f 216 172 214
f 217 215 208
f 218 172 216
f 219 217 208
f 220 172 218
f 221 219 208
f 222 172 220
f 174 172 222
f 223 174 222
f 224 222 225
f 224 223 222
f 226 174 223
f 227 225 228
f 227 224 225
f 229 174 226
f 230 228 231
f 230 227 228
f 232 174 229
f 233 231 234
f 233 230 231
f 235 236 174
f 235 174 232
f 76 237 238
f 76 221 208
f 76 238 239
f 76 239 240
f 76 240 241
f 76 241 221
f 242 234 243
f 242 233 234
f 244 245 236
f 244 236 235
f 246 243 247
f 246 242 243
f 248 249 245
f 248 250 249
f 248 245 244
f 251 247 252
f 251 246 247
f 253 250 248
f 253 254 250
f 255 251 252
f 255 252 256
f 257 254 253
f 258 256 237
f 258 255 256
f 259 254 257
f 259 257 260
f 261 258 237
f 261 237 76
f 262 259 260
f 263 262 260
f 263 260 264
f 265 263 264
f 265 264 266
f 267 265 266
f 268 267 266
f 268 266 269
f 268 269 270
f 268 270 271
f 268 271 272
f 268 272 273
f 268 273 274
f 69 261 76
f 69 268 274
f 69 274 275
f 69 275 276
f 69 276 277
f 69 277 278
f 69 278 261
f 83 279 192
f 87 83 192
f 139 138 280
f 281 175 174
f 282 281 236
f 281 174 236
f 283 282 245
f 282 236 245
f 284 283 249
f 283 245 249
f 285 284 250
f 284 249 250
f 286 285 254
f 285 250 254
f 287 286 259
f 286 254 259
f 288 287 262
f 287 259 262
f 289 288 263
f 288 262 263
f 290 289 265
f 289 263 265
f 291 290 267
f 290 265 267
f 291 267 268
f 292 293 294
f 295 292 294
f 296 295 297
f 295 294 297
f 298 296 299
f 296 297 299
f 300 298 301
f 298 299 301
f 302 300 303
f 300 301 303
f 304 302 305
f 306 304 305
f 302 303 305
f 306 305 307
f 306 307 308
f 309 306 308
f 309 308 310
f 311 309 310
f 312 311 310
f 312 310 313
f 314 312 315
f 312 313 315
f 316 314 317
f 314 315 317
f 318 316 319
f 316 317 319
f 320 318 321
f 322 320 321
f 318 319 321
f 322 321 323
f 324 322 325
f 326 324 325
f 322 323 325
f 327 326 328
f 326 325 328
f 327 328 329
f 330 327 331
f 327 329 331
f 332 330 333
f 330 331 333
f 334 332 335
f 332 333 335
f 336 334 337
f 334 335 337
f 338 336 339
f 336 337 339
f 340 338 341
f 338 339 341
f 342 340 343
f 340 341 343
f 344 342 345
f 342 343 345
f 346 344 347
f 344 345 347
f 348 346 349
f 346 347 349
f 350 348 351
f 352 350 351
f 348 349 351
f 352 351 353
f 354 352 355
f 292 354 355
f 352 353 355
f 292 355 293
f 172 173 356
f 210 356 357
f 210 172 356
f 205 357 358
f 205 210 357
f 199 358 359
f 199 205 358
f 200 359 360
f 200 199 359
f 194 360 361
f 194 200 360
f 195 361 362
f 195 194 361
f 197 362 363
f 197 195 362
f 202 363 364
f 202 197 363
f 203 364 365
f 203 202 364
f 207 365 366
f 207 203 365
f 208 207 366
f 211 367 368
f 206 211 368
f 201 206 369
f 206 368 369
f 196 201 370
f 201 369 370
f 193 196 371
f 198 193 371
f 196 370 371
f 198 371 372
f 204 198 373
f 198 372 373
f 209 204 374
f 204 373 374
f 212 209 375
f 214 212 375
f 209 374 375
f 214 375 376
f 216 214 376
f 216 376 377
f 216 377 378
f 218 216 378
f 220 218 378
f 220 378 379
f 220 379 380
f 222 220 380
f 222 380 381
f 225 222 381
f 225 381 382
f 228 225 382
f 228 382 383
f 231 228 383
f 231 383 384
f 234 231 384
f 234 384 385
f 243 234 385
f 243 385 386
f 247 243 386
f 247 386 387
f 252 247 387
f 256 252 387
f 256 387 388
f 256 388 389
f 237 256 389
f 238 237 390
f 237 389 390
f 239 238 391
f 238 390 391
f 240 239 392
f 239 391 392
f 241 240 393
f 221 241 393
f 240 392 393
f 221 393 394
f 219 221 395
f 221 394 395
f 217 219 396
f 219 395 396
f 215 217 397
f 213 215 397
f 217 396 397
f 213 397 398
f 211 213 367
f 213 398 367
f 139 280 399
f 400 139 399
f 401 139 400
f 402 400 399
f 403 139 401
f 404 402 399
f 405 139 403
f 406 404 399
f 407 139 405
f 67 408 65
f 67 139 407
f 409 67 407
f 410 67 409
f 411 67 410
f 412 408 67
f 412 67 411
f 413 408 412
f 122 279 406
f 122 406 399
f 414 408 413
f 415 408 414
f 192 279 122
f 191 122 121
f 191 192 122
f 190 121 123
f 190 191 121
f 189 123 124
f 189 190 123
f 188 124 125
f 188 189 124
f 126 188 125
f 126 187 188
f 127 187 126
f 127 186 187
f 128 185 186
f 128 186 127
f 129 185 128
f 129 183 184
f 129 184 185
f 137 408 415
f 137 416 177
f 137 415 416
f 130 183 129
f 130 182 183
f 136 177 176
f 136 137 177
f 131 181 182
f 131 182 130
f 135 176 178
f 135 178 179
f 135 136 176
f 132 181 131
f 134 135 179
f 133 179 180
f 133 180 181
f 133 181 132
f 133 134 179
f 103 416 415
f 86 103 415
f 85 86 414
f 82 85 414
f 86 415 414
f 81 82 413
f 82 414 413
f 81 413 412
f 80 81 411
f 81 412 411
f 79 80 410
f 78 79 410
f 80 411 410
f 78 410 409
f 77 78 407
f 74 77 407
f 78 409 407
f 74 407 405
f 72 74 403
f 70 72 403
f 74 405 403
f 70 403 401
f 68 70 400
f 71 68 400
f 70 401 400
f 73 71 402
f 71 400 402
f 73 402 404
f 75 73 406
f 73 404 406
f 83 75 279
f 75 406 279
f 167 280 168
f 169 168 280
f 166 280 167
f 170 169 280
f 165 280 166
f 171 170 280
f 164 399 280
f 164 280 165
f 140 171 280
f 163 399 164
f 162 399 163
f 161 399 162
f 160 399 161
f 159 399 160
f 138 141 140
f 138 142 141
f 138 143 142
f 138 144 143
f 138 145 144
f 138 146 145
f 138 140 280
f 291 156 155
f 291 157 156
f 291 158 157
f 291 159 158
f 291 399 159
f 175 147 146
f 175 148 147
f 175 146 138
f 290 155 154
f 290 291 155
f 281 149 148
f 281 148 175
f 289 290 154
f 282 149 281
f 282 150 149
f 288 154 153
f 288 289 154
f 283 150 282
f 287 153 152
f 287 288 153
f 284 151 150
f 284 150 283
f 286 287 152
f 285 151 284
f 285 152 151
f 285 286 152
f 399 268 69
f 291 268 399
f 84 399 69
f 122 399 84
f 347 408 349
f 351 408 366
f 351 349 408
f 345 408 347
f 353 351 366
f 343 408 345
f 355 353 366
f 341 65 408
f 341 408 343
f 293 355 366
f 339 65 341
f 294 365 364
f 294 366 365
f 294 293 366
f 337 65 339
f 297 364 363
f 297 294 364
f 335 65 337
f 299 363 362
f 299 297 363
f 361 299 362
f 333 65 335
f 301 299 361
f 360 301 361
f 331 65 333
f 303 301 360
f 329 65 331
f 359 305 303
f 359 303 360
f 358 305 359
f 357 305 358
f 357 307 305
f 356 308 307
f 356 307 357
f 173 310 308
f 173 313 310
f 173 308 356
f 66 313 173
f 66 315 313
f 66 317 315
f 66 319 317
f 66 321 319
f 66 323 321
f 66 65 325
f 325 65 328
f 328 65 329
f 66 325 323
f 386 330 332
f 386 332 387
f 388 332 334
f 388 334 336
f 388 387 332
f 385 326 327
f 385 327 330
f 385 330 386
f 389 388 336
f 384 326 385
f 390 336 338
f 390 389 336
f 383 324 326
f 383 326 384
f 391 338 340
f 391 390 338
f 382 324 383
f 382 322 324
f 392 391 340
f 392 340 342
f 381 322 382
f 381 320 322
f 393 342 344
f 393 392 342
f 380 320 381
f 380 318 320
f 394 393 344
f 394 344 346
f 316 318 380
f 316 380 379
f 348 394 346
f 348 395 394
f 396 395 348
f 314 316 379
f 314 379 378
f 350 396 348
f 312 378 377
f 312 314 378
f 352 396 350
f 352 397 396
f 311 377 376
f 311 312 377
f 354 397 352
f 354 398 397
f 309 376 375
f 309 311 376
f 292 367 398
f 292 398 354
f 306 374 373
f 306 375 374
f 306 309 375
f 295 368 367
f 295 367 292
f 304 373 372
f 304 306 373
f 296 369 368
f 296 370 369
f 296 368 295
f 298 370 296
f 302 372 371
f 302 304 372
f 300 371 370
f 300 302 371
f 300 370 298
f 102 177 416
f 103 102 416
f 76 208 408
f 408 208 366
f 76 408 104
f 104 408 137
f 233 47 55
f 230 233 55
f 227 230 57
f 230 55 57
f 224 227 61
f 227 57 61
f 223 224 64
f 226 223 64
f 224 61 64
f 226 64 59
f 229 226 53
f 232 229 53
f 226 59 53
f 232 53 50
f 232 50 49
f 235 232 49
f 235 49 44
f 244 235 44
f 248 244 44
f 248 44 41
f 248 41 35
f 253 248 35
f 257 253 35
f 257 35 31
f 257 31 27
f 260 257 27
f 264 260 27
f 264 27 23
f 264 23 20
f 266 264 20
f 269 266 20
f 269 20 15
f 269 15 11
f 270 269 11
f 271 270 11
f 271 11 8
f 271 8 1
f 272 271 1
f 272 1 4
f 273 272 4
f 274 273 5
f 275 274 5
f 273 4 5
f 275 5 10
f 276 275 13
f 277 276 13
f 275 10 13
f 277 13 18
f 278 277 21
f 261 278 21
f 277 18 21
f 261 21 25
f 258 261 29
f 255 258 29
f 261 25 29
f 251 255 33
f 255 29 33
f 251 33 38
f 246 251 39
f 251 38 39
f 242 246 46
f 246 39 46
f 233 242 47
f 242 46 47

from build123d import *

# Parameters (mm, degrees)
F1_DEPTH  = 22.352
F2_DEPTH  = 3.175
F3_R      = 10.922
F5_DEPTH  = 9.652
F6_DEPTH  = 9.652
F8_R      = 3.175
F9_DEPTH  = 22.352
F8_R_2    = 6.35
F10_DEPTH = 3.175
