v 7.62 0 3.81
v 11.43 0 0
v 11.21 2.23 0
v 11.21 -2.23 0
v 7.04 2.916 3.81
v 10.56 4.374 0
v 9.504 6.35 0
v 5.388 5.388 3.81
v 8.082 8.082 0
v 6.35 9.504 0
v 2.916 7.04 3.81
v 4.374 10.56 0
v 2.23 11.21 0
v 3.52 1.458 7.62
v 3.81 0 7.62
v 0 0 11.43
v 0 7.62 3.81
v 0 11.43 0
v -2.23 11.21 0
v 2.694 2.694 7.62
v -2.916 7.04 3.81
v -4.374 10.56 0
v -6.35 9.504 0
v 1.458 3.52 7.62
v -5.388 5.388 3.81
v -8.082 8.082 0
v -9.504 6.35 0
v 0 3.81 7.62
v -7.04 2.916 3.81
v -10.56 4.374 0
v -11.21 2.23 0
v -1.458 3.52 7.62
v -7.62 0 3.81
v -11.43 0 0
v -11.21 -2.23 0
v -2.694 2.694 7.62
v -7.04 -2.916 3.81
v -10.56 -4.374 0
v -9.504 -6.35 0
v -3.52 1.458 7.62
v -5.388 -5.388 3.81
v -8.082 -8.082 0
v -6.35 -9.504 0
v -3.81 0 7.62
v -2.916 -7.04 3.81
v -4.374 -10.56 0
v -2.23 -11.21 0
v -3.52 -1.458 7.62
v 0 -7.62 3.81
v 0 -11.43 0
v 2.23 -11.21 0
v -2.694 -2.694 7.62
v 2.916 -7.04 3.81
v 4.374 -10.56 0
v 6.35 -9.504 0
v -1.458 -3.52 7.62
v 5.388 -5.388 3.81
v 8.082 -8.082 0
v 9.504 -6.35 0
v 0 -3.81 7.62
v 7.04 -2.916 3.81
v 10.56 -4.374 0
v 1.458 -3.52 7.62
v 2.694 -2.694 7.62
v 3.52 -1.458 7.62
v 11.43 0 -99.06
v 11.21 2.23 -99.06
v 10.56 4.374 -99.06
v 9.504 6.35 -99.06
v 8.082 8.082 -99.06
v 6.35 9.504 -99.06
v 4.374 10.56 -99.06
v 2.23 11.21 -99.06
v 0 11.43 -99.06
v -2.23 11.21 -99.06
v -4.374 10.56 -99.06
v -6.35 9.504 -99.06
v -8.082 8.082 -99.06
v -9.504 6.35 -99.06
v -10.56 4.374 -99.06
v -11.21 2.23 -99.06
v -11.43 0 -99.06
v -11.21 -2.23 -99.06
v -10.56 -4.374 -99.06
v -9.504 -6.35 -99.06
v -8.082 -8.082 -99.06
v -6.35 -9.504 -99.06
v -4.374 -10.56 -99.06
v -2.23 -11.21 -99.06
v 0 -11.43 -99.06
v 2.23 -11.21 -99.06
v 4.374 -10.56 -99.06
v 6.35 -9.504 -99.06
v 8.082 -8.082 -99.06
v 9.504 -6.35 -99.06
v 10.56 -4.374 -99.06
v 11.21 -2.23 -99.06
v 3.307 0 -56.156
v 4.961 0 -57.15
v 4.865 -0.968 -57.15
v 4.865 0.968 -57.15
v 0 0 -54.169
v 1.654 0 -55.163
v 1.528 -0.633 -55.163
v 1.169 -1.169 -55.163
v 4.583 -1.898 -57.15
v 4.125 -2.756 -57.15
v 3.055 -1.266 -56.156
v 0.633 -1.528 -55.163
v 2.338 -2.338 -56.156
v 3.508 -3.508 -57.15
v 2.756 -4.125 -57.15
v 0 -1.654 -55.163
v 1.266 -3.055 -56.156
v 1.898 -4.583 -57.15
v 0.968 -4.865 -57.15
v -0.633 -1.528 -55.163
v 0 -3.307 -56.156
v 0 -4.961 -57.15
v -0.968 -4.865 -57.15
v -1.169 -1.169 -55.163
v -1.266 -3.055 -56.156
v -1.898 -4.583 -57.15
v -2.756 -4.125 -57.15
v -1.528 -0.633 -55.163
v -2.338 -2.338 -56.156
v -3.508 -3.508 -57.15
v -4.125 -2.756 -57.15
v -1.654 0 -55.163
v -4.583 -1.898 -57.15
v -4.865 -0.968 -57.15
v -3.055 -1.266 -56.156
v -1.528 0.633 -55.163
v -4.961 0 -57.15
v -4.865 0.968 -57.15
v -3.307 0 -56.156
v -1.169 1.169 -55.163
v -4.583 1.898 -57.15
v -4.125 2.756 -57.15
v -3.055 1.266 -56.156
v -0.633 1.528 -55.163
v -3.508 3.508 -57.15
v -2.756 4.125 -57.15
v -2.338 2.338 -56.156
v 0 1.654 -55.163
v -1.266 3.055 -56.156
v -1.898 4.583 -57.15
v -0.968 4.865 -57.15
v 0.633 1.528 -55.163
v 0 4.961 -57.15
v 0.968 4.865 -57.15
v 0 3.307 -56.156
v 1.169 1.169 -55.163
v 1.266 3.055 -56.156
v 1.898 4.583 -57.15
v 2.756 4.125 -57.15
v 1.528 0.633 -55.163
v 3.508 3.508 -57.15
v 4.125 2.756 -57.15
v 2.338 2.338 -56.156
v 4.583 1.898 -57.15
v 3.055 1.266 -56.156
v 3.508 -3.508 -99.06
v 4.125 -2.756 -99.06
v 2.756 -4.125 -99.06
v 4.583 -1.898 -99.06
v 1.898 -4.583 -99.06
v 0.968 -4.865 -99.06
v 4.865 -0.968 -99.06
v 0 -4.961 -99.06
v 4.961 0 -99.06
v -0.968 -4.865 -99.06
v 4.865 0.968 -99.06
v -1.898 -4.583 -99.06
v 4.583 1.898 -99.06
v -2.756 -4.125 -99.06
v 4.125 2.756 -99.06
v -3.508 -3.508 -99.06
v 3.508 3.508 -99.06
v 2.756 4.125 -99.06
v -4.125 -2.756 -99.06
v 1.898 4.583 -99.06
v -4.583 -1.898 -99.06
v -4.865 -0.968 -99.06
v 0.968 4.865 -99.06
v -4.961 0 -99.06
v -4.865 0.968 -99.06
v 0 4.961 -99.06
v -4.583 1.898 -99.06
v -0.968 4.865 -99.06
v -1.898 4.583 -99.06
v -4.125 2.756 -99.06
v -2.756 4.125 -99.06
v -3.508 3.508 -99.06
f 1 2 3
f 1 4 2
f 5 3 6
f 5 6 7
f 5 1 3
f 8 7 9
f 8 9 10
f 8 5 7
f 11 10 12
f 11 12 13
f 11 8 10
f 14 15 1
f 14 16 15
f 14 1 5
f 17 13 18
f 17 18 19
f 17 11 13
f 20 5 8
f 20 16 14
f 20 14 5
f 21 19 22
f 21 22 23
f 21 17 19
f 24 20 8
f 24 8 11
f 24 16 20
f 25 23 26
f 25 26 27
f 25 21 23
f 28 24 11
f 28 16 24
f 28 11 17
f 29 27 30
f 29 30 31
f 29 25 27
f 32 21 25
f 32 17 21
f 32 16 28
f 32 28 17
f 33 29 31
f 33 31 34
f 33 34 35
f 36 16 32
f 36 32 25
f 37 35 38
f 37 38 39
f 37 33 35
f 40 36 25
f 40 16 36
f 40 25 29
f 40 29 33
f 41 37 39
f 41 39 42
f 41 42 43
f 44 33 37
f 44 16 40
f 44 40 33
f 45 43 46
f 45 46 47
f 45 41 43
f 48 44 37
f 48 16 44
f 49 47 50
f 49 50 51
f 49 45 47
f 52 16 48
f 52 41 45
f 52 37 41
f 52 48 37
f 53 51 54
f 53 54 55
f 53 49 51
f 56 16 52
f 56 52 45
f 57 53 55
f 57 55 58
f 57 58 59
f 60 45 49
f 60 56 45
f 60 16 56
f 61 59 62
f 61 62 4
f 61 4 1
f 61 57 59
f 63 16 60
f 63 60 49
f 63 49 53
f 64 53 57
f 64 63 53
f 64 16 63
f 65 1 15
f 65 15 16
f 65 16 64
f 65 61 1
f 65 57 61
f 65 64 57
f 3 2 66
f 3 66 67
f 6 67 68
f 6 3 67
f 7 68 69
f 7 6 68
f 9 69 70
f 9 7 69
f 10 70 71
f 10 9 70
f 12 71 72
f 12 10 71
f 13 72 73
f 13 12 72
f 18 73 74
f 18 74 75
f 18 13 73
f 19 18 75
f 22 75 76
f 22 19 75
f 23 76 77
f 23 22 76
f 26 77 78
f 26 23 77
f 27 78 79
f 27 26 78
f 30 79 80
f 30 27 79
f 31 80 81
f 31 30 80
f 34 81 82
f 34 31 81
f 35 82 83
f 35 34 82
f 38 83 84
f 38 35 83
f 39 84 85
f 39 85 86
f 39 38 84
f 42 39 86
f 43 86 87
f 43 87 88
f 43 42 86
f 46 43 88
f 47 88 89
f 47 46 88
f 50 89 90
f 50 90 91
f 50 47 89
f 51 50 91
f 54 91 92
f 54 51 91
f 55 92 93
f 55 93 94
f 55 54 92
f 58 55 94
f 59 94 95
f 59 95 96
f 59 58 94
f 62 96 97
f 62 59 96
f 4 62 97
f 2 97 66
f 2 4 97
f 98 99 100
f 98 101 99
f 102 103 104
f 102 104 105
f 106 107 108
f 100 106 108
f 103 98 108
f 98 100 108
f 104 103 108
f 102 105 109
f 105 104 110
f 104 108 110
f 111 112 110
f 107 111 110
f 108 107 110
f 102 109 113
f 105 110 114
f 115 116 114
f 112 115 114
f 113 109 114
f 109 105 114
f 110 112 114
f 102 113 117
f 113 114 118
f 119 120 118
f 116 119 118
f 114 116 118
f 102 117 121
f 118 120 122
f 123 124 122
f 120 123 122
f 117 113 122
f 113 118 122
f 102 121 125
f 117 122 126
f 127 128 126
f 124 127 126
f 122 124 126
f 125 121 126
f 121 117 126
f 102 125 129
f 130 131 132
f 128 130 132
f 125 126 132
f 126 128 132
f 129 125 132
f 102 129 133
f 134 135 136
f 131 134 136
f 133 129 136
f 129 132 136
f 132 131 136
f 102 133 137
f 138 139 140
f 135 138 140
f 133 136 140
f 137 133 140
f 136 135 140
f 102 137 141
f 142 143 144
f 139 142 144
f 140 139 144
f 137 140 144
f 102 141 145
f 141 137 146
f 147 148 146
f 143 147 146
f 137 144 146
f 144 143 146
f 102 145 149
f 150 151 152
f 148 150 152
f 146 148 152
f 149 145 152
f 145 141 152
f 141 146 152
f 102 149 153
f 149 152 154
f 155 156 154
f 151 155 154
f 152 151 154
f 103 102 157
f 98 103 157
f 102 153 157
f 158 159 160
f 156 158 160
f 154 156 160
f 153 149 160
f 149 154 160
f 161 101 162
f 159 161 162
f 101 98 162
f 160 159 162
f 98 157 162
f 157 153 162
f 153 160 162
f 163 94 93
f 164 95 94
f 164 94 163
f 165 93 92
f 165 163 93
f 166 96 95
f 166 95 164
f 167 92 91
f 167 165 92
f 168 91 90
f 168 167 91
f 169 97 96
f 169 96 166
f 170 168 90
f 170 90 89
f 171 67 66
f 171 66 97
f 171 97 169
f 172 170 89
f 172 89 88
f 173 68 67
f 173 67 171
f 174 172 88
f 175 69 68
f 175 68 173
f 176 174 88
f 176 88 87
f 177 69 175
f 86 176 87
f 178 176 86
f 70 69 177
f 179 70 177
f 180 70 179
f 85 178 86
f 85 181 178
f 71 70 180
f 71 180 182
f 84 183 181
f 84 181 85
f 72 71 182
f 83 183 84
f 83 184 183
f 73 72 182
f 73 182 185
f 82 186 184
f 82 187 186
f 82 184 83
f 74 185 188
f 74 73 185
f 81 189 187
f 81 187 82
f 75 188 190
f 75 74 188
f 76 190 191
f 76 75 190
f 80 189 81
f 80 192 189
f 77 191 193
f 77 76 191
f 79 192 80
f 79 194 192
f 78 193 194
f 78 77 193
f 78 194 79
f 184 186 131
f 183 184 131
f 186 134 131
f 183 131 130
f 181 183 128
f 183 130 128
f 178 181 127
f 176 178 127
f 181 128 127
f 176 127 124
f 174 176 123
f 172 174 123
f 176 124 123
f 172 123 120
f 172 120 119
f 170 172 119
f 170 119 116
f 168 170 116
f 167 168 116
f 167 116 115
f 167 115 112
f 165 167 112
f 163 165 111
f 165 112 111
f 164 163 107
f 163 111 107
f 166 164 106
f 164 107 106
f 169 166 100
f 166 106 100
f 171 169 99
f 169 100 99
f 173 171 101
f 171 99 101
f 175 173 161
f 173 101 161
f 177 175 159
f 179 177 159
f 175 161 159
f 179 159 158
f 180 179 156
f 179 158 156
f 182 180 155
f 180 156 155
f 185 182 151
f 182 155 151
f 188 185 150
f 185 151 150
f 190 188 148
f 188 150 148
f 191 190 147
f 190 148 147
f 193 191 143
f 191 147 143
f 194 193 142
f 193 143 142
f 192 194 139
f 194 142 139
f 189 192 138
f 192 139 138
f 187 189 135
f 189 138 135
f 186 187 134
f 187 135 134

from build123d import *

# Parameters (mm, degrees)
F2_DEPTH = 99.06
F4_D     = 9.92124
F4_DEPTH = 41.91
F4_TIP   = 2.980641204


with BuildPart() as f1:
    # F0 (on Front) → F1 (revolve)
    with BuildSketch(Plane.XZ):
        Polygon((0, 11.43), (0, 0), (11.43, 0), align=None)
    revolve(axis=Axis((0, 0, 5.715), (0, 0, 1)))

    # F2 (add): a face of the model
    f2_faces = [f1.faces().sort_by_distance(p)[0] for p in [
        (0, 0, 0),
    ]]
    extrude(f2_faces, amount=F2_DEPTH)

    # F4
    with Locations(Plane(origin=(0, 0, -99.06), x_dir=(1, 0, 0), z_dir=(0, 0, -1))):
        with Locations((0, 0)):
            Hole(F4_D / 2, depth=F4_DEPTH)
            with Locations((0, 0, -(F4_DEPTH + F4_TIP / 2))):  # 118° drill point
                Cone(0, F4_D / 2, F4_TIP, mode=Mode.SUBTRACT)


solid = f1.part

━━━━

_TASK OBJECTIVE_
Could you return exactly the stretch of the data above that starts at the line with "f 85 86 414" and ends at the line with "f 383 326 384", both lines included?

_SOLUTION_
f 85 86 414
f 82 85 414
f 86 415 414
f 81 82 413
f 82 414 413
f 81 413 412
f 80 81 411
f 81 412 411
f 79 80 410
f 78 79 410
f 80 411 410
f 78 410 409
f 77 78 407
f 74 77 407
f 78 409 407
f 74 407 405
f 72 74 403
f 70 72 403
f 74 405 403
f 70 403 401
f 68 70 400
f 71 68 400
f 70 401 400
f 73 71 402
f 71 400 402
f 73 402 404
f 75 73 406
f 73 404 406
f 83 75 279
f 75 406 279
f 167 280 168
f 169 168 280
f 166 280 167
f 170 169 280
f 165 280 166
f 171 170 280
f 164 399 280
f 164 280 165
f 140 171 280
f 163 399 164
f 162 399 163
f 161 399 162
f 160 399 161
f 159 399 160
f 138 141 140
f 138 142 141
f 138 143 142
f 138 144 143
f 138 145 144
f 138 146 145
f 138 140 280
f 291 156 155
f 291 157 156
f 291 158 157
f 291 159 158
f 291 399 159
f 175 147 146
f 175 148 147
f 175 146 138
f 290 155 154
f 290 291 155
f 281 149 148
f 281 148 175
f 289 290 154
f 282 149 281
f 282 150 149
f 288 154 153
f 288 289 154
f 283 150 282
f 287 153 152
f 287 288 153
f 284 151 150
f 284 150 283
f 286 287 152
f 285 151 284
f 285 152 151
f 285 286 152
f 399 268 69
f 291 268 399
f 84 399 69
f 122 399 84
f 347 408 349
f 351 408 366
f 351 349 408
f 345 408 347
f 353 351 366
f 343 408 345
f 355 353 366
f 341 65 408
f 341 408 343
f 293 355 366
f 339 65 341
f 294 365 364
f 294 366 365
f 294 293 366
f 337 65 339
f 297 364 363
f 297 294 364
f 335 65 337
f 299 363 362
f 299 297 363
f 361 299 362
f 333 65 335
f 301 299 361
f 360 301 361
f 331 65 333
f 303 301 360
f 329 65 331
f 359 305 303
f 359 303 360
f 358 305 359
f 357 305 358
f 357 307 305
f 356 308 307
f 356 307 357
f 173 310 308
f 173 313 310
f 173 308 356
f 66 313 173
f 66 315 313
f 66 317 315
f 66 319 317
f 66 321 319
f 66 323 321
f 66 65 325
f 325 65 328
f 328 65 329
f 66 325 323
f 386 330 332
f 386 332 387
f 388 332 334
f 388 334 336
f 388 387 332
f 385 326 327
f 385 327 330
f 385 330 386
f 389 388 336
f 384 326 385
f 390 336 338
f 390 389 336
f 383 324 326
f 383 326 384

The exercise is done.